-- The problem --
The records that follow must be reproduced in full, exactly as written.

[[ Recorded information open ]]

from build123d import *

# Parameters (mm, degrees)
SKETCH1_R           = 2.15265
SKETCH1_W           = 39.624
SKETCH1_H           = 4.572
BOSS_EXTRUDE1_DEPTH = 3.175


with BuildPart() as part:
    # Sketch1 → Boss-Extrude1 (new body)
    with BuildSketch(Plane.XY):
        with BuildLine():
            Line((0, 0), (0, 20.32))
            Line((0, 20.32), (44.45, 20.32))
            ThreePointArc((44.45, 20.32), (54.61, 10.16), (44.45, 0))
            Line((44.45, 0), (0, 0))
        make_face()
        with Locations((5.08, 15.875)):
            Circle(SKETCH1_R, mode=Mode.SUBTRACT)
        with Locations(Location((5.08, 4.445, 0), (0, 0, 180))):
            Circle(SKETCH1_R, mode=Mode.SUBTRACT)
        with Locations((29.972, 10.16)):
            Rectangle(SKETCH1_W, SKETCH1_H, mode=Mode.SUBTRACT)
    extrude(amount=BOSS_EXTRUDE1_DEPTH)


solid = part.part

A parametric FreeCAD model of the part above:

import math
import FreeCAD as App
import Part
import Sketcher

V = App.Vector
Q = App.Units.Quantity


def add_polygon(sketch, points):
    """Adds a closed chain of lines whose ends are joined by coincident constraints."""
    first, n = sketch.GeometryCount, len(points)
    for a, b in zip(points, points[1:] + points[:1]):
        sketch.addGeometry(Part.LineSegment(App.Vector(*a, 0), App.Vector(*b, 0)), False)
    for i in range(n):
        sketch.addConstraint(Sketcher.Constraint("Coincident", first + i, 2, first + (i + 1) % n, 1))

doc = App.newDocument("Part")
body = doc.addObject("PartDesign::Body", "Body")

# Sketch on XY plane
sketch1 = body.newObject("Sketcher::SketchObject", "Sketch")
sketch1.AttachmentSupport = (doc.getObject("XY_Plane"), [""])
sketch1.MapMode = "FlatFace"
sketch1.addGeometry(Part.LineSegment(V(0, 20.3, 0), V(0, 0, 0)), False)  # 0
sketch1.addGeometry(Part.LineSegment(V(0, 0, 0), V(44.5, 0, 0)), False)  # 1
sketch1.addGeometry(Part.ArcOfCircle(Part.Circle(V(44.5, 10.2, 0), V(0, 0, 1), 10.2), math.radians(-90), math.radians(90)), False)  # 2
sketch1.addGeometry(Part.LineSegment(V(44.5, 20.3, 0), V(0, 20.3, 0)), False)  # 3
sketch1.addGeometry(Part.Circle(V(5.1, 4.4, 0), V(0, 0, 1), 2.2), False)  # 4
add_polygon(sketch1, [(10.2, 7.9), (10.2, 12.4), (49.8, 12.4), (49.8, 7.9)])  # lines 5-8
sketch1.addGeometry(Part.Circle(V(5.1, 15.9, 0), V(0, 0, 1), 2.2), False)  # 9
sketch1.addConstraint(Sketcher.Constraint("Coincident", 0, 2, 1, 1))
sketch1.addConstraint(Sketcher.Constraint("Tangent", 1, 2, 2, 1))
sketch1.addConstraint(Sketcher.Constraint("Tangent", 2, 2, 3, 1))
sketch1.addConstraint(Sketcher.Constraint("Coincident", 3, 2, 0, 1))
sketch1.addConstraint(Sketcher.Constraint("Vertical", 0))
sketch1.addConstraint(Sketcher.Constraint("Horizontal", 1))
sketch1.addConstraint(Sketcher.Constraint("Horizontal", 3))
sketch1.addConstraint(Sketcher.Constraint("Vertical", 5))
sketch1.addConstraint(Sketcher.Constraint("Horizontal", 6))
sketch1.addConstraint(Sketcher.Constraint("Vertical", 7))
sketch1.addConstraint(Sketcher.Constraint("Horizontal", 8))
sketch1.addConstraint(Sketcher.Constraint("Coincident", 0, 2, -1, 1))
sketch1.addConstraint(Sketcher.Constraint("Equal", 4, 9))
sketch1.addConstraint(Sketcher.Constraint("Vertical", 4, 3, 9, 3))
sketch1.addConstraint(Sketcher.Constraint("Radius", 2, Q("0.4 in")))
sketch1.addConstraint(Sketcher.Constraint("Diameter", 4, Q("0.1695 in")))
sketch1.addConstraint(Sketcher.Constraint("DistanceX", 1, 1, 1, 2, Q("1.75 in")))
sketch1.addConstraint(Sketcher.Constraint("DistanceX", 6, 1, 6, 2, Q("1.56 in")))
sketch1.addConstraint(Sketcher.Constraint("DistanceY", 5, 1, 5, 2, Q("0.18 in")))
sketch1.addConstraint(Sketcher.Constraint("DistanceX", -1, 1, 4, 3, Q("0.2 in")))
sketch1.addConstraint(Sketcher.Constraint("DistanceX", -1, 1, 5, 2, Q("0.4 in")))
sketch1.addConstraint(Sketcher.Constraint("DistanceY", -1, 1, 5, 2, Q("0.49 in")))
sketch1.addConstraint(Sketcher.Constraint("DistanceY", 4, 3, 9, 3, Q("0.45 in")))
sketch1.addConstraint(Sketcher.Constraint("DistanceY", -1, 1, 4, 3, Q("0.175 in")))
pad1 = body.newObject("PartDesign::Pad", "Pad")
pad1.Profile = sketch1
pad1.Length = Q("0.125 in")

doc.recompute()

[[ Recorded information closed ]]

-- Your solution --
from build123d import *

# Parameters (mm, degrees)
SKETCH1_R           = 2.15265
SKETCH1_W           = 39.624
SKETCH1_H           = 4.572
BOSS_EXTRUDE1_DEPTH = 3.175


with BuildPart() as part:
    # Sketch1 → Boss-Extrude1 (new body)
    with BuildSketch(Plane.XY):
        with BuildLine():
            Line((0, 0), (0, 20.32))
            Line((0, 20.32), (44.45, 20.32))
            ThreePointArc((44.45, 20.32), (54.61, 10.16), (44.45, 0))
            Line((44.45, 0), (0, 0))
        make_face()
        with Locations((5.08, 15.875)):
            Circle(SKETCH1_R, mode=Mode.SUBTRACT)
        with Locations(Location((5.08, 4.445, 0), (0, 0, 180))):
            Circle(SKETCH1_R, mode=Mode.SUBTRACT)
        with Locations((29.972, 10.16)):
            Rectangle(SKETCH1_W, SKETCH1_H, mode=Mode.SUBTRACT)
    extrude(amount=BOSS_EXTRUDE1_DEPTH)


solid = part.part

A parametric FreeCAD model of the part above:

import math
import FreeCAD as App
import Part
import Sketcher

V = App.Vector
Q = App.Units.Quantity


def add_polygon(sketch, points):
    """Adds a closed chain of lines whose ends are joined by coincident constraints."""
    first, n = sketch.GeometryCount, len(points)
    for a, b in zip(points, points[1:] + points[:1]):
        sketch.addGeometry(Part.LineSegment(App.Vector(*a, 0), App.Vector(*b, 0)), False)
    for i in range(n):
        sketch.addConstraint(Sketcher.Constraint("Coincident", first + i, 2, first + (i + 1) % n, 1))

doc = App.newDocument("Part")
body = doc.addObject("PartDesign::Body", "Body")

# Sketch on XY plane
sketch1 = body.newObject("Sketcher::SketchObject", "Sketch")
sketch1.AttachmentSupport = (doc.getObject("XY_Plane"), [""])
sketch1.MapMode = "FlatFace"
sketch1.addGeometry(Part.LineSegment(V(0, 20.3, 0), V(0, 0, 0)), False)  # 0
sketch1.addGeometry(Part.LineSegment(V(0, 0, 0), V(44.5, 0, 0)), False)  # 1
sketch1.addGeometry(Part.ArcOfCircle(Part.Circle(V(44.5, 10.2, 0), V(0, 0, 1), 10.2), math.radians(-90), math.radians(90)), False)  # 2
sketch1.addGeometry(Part.LineSegment(V(44.5, 20.3, 0), V(0, 20.3, 0)), False)  # 3
sketch1.addGeometry(Part.Circle(V(5.1, 4.4, 0), V(0, 0, 1), 2.2), False)  # 4
add_polygon(sketch1, [(10.2, 7.9), (10.2, 12.4), (49.8, 12.4), (49.8, 7.9)])  # lines 5-8
sketch1.addGeometry(Part.Circle(V(5.1, 15.9, 0), V(0, 0, 1), 2.2), False)  # 9
sketch1.addConstraint(Sketcher.Constraint("Coincident", 0, 2, 1, 1))
sketch1.addConstraint(Sketcher.Constraint("Tangent", 1, 2, 2, 1))
sketch1.addConstraint(Sketcher.Constraint("Tangent", 2, 2, 3, 1))
sketch1.addConstraint(Sketcher.Constraint("Coincident", 3, 2, 0, 1))
sketch1.addConstraint(Sketcher.Constraint("Vertical", 0))
sketch1.addConstraint(Sketcher.Constraint("Horizontal", 1))
sketch1.addConstraint(Sketcher.Constraint("Horizontal", 3))
sketch1.addConstraint(Sketcher.Constraint("Vertical", 5))
sketch1.addConstraint(Sketcher.Constraint("Horizontal", 6))
sketch1.addConstraint(Sketcher.Constraint("Vertical", 7))
sketch1.addConstraint(Sketcher.Constraint("Horizontal", 8))
sketch1.addConstraint(Sketcher.Constraint("Coincident", 0, 2, -1, 1))
sketch1.addConstraint(Sketcher.Constraint("Equal", 4, 9))
sketch1.addConstraint(Sketcher.Constraint("Vertical", 4, 3, 9, 3))
sketch1.addConstraint(Sketcher.Constraint("Radius", 2, Q("0.4 in")))
sketch1.addConstraint(Sketcher.Constraint("Diameter", 4, Q("0.1695 in")))
sketch1.addConstraint(Sketcher.Constraint("DistanceX", 1, 1, 1, 2, Q("1.75 in")))
sketch1.addConstraint(Sketcher.Constraint("DistanceX", 6, 1, 6, 2, Q("1.56 in")))
sketch1.addConstraint(Sketcher.Constraint("DistanceY", 5, 1, 5, 2, Q("0.18 in")))
sketch1.addConstraint(Sketcher.Constraint("DistanceX", -1, 1, 4, 3, Q("0.2 in")))
sketch1.addConstraint(Sketcher.Constraint("DistanceX", -1, 1, 5, 2, Q("0.4 in")))
sketch1.addConstraint(Sketcher.Constraint("DistanceY", -1, 1, 5, 2, Q("0.49 in")))
sketch1.addConstraint(Sketcher.Constraint("DistanceY", 4, 3, 9, 3, Q("0.45 in")))
sketch1.addConstraint(Sketcher.Constraint("DistanceY", -1, 1, 4, 3, Q("0.175 in")))
pad1 = body.newObject("PartDesign::Pad", "Pad")
pad1.Profile = sketch1
pad1.Length = Q("0.125 in")

doc.recompute()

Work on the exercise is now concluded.